(Saved entries)

- - - - -

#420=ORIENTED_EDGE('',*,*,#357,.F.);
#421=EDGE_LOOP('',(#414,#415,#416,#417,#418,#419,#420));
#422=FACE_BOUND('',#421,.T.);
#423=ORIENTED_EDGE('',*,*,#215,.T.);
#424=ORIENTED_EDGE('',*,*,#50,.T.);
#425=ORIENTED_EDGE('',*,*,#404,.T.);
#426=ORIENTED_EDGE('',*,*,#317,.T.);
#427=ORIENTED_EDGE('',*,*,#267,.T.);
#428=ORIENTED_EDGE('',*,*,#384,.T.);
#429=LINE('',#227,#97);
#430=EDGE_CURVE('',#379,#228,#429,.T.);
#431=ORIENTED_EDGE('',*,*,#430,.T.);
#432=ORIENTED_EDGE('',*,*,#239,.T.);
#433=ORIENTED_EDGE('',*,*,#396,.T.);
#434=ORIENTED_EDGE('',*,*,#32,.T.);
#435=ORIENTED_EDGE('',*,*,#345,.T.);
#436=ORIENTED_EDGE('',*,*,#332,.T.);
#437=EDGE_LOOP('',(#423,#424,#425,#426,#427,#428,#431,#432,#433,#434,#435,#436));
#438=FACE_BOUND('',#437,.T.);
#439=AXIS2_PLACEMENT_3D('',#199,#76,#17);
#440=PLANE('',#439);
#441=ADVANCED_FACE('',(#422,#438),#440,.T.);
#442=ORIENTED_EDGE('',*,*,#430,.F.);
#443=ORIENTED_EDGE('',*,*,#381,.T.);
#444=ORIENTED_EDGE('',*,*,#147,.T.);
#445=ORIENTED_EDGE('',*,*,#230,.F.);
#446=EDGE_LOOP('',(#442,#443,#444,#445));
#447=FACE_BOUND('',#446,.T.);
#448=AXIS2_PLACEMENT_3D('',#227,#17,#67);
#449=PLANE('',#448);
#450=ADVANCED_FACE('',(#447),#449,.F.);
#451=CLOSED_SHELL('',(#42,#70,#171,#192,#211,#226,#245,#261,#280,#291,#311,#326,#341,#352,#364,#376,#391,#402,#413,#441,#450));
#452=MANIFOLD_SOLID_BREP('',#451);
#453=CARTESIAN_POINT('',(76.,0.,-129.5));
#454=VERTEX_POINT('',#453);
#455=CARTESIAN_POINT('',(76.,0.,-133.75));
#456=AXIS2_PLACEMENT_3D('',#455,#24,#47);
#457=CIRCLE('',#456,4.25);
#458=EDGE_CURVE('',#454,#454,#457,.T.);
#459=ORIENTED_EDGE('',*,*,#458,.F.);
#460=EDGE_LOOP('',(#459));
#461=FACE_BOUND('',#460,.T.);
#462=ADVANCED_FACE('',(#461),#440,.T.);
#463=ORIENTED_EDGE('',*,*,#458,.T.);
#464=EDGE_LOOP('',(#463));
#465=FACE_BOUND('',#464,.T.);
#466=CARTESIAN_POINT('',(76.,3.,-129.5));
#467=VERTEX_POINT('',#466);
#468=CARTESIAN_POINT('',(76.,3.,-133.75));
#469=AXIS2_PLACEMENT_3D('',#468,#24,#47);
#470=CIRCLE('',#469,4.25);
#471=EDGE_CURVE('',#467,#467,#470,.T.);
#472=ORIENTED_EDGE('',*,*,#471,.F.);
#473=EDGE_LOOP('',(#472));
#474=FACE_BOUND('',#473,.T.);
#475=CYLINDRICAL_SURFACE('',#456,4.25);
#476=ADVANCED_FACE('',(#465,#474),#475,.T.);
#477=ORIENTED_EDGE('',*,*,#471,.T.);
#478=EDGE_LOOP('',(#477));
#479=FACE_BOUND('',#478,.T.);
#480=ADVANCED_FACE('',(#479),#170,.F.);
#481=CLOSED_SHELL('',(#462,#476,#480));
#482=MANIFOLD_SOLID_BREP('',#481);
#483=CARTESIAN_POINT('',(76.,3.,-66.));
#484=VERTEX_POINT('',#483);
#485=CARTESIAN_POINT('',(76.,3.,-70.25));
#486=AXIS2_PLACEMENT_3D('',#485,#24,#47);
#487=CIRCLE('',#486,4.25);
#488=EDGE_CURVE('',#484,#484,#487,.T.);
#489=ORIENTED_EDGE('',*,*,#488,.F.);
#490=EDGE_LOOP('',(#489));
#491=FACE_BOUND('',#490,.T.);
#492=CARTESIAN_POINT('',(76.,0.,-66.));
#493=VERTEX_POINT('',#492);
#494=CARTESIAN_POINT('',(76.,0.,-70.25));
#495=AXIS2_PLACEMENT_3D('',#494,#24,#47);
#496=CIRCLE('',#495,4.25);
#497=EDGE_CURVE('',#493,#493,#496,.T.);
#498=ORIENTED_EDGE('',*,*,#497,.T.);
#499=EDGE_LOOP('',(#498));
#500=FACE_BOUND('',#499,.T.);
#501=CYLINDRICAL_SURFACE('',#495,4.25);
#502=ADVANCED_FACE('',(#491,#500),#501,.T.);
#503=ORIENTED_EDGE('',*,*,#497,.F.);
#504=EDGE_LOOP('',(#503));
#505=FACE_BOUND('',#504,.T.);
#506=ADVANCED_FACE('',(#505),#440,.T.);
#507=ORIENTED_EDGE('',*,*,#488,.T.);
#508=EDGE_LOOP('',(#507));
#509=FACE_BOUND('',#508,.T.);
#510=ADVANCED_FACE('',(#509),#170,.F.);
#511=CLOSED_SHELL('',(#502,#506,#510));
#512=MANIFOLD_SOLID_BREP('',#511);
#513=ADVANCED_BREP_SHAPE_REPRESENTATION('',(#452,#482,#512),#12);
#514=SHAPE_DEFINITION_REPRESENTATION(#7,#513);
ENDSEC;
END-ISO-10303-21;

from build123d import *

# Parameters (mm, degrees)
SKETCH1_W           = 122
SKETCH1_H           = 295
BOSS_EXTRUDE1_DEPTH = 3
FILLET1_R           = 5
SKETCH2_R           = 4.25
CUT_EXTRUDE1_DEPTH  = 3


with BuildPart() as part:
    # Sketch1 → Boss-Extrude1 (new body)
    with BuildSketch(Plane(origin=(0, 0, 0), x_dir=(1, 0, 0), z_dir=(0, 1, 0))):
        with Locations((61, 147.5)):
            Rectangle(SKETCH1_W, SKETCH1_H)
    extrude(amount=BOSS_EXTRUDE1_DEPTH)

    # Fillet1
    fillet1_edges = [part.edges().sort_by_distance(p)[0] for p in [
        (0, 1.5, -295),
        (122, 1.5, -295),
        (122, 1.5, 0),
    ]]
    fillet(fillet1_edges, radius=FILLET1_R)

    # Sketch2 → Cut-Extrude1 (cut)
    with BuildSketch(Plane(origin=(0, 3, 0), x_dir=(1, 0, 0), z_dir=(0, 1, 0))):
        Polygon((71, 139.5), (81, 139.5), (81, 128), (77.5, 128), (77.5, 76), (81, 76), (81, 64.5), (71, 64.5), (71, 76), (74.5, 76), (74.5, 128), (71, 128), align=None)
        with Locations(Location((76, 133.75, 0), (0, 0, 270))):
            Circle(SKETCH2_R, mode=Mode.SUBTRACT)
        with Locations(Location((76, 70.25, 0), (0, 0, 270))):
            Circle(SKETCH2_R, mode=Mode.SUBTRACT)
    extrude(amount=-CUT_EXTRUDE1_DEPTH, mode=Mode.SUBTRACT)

- - - - -

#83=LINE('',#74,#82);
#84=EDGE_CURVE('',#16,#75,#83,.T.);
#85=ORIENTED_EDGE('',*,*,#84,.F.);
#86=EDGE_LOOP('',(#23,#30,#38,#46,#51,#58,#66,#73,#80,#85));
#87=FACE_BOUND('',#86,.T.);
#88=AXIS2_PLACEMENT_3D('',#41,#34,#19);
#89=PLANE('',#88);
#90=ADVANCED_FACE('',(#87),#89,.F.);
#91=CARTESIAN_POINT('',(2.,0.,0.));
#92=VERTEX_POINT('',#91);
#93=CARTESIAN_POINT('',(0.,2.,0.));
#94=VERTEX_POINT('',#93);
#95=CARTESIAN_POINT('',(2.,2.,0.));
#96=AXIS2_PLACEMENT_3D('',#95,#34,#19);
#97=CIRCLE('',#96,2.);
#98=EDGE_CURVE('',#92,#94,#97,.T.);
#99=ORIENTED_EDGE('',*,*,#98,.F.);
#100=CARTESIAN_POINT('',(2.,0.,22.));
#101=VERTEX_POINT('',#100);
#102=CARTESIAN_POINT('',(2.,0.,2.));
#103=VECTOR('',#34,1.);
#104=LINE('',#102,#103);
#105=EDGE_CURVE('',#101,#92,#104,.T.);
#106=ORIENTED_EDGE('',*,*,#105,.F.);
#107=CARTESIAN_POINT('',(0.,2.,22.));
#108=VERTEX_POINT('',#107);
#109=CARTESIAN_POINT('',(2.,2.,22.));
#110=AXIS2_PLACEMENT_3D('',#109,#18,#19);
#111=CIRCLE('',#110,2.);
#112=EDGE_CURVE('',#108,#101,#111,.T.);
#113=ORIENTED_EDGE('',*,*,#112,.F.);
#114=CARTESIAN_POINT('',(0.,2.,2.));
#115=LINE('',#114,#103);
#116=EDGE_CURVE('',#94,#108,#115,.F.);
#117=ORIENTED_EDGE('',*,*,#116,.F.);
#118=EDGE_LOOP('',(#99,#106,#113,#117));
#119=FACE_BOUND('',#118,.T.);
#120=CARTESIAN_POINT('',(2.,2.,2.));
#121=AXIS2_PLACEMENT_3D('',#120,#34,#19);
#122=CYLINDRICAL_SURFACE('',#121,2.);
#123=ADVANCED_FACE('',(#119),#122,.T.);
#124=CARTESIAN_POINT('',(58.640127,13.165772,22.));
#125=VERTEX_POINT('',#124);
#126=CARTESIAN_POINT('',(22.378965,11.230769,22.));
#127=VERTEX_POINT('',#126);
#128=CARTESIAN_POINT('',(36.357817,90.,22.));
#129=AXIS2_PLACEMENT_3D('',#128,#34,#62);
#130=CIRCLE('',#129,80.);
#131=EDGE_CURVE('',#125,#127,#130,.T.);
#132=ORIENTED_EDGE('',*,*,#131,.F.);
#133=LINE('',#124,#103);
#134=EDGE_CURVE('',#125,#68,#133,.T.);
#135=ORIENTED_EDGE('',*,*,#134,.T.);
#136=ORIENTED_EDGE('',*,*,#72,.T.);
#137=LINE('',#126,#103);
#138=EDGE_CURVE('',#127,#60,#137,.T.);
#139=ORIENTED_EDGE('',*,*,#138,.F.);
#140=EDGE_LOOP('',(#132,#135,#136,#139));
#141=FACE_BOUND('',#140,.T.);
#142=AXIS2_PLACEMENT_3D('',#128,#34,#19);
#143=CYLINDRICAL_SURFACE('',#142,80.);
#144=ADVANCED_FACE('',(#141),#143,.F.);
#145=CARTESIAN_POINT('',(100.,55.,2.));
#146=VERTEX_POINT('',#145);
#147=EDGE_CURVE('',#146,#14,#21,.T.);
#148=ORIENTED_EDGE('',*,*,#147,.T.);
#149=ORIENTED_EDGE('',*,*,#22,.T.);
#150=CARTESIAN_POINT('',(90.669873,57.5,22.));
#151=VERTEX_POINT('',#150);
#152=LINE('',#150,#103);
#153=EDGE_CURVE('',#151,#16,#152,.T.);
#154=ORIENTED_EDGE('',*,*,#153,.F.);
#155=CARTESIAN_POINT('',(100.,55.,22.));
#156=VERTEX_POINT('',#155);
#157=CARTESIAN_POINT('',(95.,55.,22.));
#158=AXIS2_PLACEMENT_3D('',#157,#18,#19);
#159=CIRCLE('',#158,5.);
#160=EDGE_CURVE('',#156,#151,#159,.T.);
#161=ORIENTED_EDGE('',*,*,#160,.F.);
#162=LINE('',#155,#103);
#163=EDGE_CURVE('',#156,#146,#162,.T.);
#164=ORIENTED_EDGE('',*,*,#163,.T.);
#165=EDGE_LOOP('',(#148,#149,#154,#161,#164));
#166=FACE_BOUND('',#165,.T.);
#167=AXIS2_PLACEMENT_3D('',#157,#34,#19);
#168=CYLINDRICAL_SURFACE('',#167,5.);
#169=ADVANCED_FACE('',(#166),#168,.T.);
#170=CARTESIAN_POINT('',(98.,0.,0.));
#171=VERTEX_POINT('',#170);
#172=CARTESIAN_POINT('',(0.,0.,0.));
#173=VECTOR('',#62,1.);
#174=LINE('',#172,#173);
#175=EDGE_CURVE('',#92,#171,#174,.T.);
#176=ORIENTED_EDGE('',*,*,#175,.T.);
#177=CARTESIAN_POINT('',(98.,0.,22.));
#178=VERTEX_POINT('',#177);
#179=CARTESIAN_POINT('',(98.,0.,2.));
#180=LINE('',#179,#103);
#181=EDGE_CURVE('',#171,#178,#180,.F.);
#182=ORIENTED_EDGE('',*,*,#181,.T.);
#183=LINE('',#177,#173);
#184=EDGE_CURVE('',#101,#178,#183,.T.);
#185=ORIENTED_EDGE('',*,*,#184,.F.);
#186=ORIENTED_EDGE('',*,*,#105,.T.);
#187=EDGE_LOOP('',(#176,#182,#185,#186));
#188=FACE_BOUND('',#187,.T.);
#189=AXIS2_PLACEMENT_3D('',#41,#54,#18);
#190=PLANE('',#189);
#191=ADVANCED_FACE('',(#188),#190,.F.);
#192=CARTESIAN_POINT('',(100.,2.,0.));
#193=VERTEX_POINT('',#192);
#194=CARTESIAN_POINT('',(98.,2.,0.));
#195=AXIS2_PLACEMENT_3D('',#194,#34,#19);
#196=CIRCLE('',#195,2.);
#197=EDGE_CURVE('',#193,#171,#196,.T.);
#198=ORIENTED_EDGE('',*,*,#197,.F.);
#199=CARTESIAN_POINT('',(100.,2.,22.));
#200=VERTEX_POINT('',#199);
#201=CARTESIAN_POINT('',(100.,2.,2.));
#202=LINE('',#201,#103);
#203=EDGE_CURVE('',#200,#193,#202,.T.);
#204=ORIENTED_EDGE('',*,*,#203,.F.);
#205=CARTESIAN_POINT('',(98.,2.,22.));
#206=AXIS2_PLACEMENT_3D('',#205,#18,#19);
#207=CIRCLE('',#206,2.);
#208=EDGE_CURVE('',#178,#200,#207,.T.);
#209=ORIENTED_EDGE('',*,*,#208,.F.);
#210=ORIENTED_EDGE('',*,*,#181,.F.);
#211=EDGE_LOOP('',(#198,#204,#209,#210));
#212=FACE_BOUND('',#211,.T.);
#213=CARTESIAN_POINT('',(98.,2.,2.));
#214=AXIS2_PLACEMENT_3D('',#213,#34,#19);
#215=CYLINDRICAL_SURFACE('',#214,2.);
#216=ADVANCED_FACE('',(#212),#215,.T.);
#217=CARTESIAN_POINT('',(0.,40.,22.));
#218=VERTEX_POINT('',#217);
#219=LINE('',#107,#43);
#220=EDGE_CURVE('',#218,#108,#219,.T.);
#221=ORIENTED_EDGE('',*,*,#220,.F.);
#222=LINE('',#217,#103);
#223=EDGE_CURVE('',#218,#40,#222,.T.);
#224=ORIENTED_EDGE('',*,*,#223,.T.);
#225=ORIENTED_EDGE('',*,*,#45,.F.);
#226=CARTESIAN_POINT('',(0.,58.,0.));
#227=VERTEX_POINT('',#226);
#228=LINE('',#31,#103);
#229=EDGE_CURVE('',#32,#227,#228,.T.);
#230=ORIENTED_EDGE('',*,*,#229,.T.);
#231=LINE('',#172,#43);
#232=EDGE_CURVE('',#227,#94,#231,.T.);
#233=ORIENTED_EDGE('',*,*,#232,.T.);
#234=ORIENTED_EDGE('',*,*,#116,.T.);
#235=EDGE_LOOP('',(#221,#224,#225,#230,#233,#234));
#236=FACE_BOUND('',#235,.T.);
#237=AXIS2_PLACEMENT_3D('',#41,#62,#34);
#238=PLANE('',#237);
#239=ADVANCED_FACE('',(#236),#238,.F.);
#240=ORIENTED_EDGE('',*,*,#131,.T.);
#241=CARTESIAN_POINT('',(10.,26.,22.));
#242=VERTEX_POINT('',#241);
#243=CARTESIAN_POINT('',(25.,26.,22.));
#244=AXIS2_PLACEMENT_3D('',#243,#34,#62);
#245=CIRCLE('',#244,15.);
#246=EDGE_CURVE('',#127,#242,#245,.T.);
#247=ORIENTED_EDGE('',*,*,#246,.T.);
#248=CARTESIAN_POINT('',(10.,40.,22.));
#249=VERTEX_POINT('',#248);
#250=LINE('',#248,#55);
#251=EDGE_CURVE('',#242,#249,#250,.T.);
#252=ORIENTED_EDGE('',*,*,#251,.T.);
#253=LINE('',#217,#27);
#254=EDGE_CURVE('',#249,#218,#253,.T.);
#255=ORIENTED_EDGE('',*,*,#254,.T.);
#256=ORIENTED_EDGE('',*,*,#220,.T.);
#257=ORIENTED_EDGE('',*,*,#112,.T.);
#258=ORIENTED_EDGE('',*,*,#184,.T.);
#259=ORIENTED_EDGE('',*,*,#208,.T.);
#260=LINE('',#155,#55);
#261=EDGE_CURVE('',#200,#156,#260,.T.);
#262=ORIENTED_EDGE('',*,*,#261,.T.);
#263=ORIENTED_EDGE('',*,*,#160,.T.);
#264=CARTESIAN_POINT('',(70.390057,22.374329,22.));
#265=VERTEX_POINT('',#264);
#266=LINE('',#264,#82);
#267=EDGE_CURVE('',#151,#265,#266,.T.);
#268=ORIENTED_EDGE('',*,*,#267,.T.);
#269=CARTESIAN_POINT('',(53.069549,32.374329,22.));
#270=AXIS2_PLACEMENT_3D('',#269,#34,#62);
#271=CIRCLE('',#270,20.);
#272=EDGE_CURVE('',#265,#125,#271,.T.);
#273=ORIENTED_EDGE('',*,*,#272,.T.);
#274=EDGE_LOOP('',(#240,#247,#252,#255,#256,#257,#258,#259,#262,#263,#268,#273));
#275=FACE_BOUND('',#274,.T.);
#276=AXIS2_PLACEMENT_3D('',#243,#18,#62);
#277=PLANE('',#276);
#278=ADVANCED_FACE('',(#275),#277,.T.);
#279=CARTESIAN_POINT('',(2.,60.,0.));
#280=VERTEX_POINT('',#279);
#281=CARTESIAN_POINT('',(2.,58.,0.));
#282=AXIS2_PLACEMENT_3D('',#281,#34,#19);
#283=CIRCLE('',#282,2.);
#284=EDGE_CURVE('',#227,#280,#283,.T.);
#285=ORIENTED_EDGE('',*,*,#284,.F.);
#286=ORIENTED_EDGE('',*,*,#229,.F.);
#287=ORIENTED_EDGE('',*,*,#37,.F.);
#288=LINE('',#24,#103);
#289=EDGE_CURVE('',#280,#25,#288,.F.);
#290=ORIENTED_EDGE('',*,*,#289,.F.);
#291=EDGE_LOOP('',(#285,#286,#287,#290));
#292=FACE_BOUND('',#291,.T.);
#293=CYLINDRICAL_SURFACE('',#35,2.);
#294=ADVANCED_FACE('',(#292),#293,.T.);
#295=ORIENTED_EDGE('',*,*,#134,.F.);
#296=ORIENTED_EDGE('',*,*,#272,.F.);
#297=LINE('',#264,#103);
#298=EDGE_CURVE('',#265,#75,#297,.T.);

- - - - -

#### [Problem description]
Using the entries above, repeat only the lines from the one containing "#175=EDGE_CURVE('',#92,#171,#174,.T.);" through the one containing "#196=CIRCLE('',#195,2.);", end lines included.

#### [Solution]
#175=EDGE_CURVE('',#92,#171,#174,.T.);
#176=ORIENTED_EDGE('',*,*,#175,.T.);
#177=CARTESIAN_POINT('',(98.,0.,22.));
#178=VERTEX_POINT('',#177);
#179=CARTESIAN_POINT('',(98.,0.,2.));
#180=LINE('',#179,#103);
#181=EDGE_CURVE('',#171,#178,#180,.F.);
#182=ORIENTED_EDGE('',*,*,#181,.T.);
#183=LINE('',#177,#173);
#184=EDGE_CURVE('',#101,#178,#183,.T.);
#185=ORIENTED_EDGE('',*,*,#184,.F.);
#186=ORIENTED_EDGE('',*,*,#105,.T.);
#187=EDGE_LOOP('',(#176,#182,#185,#186));
#188=FACE_BOUND('',#187,.T.);
#189=AXIS2_PLACEMENT_3D('',#41,#54,#18);
#190=PLANE('',#189);
#191=ADVANCED_FACE('',(#188),#190,.F.);
#192=CARTESIAN_POINT('',(100.,2.,0.));
#193=VERTEX_POINT('',#192);
#194=CARTESIAN_POINT('',(98.,2.,0.));
#195=AXIS2_PLACEMENT_3D('',#194,#34,#19);
#196=CIRCLE('',#195,2.);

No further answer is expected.